В период царского объезда по Кавказу наш полк был в разбросе. 1-й батальон нёс караульную службу в Тифлисе, 2-й стоял на турецкой границе в Гумрах (Александрополе), 3-й – в Сураме на дорожных работах, на Манглисе остальные части и команды. Конечно, в виду царского смотра, некоторые команды, работавшие в княжеских хозяйственных отделах, были значительно сокращены, но далеко не все. Для увеличения строевого состава из Сурама была вытребована егерская, кажется, 11-я рота. И я, как унтер-офицер, во время караулов был откомандирован от канцелярии в 4-ю роту Весь последний месяц нас муштровали на всякие лады, и мы быстро достигли совершенства.

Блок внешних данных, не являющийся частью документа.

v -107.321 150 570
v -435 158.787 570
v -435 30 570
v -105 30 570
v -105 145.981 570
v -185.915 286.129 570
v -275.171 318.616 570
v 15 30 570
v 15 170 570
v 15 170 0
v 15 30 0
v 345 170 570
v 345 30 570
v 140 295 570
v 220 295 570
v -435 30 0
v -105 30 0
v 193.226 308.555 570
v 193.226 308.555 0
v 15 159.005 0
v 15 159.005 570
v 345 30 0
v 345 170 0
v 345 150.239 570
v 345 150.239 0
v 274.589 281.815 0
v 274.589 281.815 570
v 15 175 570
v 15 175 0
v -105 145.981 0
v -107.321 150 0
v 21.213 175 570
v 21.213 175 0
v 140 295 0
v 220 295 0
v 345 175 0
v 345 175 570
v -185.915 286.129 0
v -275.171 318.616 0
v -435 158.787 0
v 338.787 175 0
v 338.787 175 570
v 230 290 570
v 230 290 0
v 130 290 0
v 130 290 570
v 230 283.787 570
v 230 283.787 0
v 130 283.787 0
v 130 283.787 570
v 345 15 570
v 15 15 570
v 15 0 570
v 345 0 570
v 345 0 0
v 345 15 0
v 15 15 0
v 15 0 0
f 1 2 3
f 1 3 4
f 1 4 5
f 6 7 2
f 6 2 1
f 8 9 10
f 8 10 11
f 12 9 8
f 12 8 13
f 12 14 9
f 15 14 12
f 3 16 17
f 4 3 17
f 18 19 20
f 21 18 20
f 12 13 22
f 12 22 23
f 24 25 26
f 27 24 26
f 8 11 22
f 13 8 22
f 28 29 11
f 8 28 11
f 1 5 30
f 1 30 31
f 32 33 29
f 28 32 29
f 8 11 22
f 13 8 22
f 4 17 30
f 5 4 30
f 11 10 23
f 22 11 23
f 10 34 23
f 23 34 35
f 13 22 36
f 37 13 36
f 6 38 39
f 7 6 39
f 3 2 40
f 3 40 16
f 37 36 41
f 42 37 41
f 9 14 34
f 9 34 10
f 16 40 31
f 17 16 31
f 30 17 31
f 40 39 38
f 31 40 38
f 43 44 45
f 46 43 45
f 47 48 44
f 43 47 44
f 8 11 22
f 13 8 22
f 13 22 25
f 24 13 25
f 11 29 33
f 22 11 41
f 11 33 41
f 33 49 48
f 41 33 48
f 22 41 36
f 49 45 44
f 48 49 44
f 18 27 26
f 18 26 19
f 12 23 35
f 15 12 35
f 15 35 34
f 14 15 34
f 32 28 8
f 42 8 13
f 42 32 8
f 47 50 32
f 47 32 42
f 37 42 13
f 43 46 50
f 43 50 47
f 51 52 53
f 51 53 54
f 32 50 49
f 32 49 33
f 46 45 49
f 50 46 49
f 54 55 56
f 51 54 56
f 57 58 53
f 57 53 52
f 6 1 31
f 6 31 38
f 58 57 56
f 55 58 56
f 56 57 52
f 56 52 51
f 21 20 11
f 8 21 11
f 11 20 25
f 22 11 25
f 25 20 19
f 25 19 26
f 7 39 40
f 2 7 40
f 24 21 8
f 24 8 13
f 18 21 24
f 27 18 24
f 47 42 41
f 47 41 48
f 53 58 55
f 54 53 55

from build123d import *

# Parameters (mm, degrees)
F2_DEPTH = 570
F5_DEPTH = 570
F4_W     = 330
F4_H     = 15
F6_DEPTH = 570
F8_DEPTH = 570
F9_DEPTH = 570


with BuildPart() as f2:
    # F1 (on Top) → F2 (new body)
    with BuildSketch(Plane.XY):
        Polygon((15, 159.005385), (15, 30), (345, 30), (345, 150.238831), (274.589164, 281.814746), (193.226107, 308.554846), align=None)
    extrude(amount=F2_DEPTH)


with BuildPart() as f5:
    # F4 (on Top) → F5 (new body)
    with BuildSketch(Plane.XY):
        Polygon((15, 170), (15, 30), (345, 30), (345, 170), (220, 295), (140, 295), align=None)
    extrude(amount=F5_DEPTH)


with BuildPart() as f6:
    # F4 (on Top) → F6 (new body)
    with BuildSketch(Plane.XY):
        with Locations((180, 7.5)):
            Rectangle(F4_W, F4_H)
    extrude(amount=F6_DEPTH)


with BuildPart() as f8:
    # F7 (on Top) → F8 (new body)
    with BuildSketch(Plane.XY):
        Polygon((-275.170926, 318.615871), (-435, 158.786797), (-435, 150), (-435, 30), (-105, 30), (-105, 141.339746), (-105, 145.980762), (-107.320508, 150), (-185.914793, 286.129295), align=None)
    extrude(amount=F8_DEPTH)


with BuildPart() as f9:
    # F3 (on Top) → F9 (new body)
    with BuildSketch(Plane.XY):
        Polygon((15, 175), (15, 30), (345, 30), (345, 175), (338.786797, 175), (230, 283.786797), (230, 290), (130, 290), (130, 283.786797), (21.213203, 175), align=None)
    extrude(amount=F9_DEPTH)


solid = Compound([f2.part, f5.part, f6.part, f8.part, f9.part])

В день девятого октября нам предстояло сменить грузинцев с караула в присутствии самого государя. Можно себе представить, как нас вышколили на этом. Помню этот знаменитый день, который, не смотря на осень, выдался жарким, душным, словно в ожидании грозы. Начальство было в каком-то лихорадочном состоянии, делало распоряжения, сейчас же их отменяло; нервность передалась солдатам, тоже без толку суетившимся. С раннего утра нас одели в парадную форму, потом в походную и уж потом в караульную, составлявшую смесь из первых двух. Обедали рано, кое-как, и задолго до полдня были уже на месте. Затянутые в новые мундиры и амуницию, мы не смели ни сесть, ни нагнуться, а первая шеренга гренадер с их густо нафабренными усами и бакенбардами не смела улыбаться, даже говорить. Но хуже всего было то, что мы стояли в рядах и не могли отойти в сторону. Только, когда с некоторыми сделалось дурно, начальство смиловалось и скомандовало: «Ружья составь, стоять вольно, оправиться!..» Моментально все боковые улицы покрылись облегчающимися солдатами, к великому недовольству глазевшей публики. Но до того ли было помертвевшим от невыносимых страданий солдатам. После новой команды: «По местам!», началась лихорадочная чистка, затем бесконечное равнение по линии и по рядам, что вместе с хождением журавлиным шагом считалось тогда основой военного учения.
Но вот послышались какие-то сигналы, толпа тревожно зашевелилась, и как-то чувствовалось, что всеми овладел тот почти панический страх, который всегда внушал Николай Павлович. Ни радостных криков «ура», сопровождающие теперешние выезды царские, ни звуков торжественного гимна, ничего не раздавалось… Многотысячная толпа, стоявшая на площади, и осыпавшая плоские крыши всех окружающих домов, молчала, как мёртвая, и только доносился до нас топот скачущего почётного конвоя из грузинских дворян в их расшитых малинового бархата с золотом кафтанах и жёлтых сапогах… Государь подъехал не верхом, как писали некоторые, а в коляске с каким-то генералом, а сзади в другой ехал барон Розен.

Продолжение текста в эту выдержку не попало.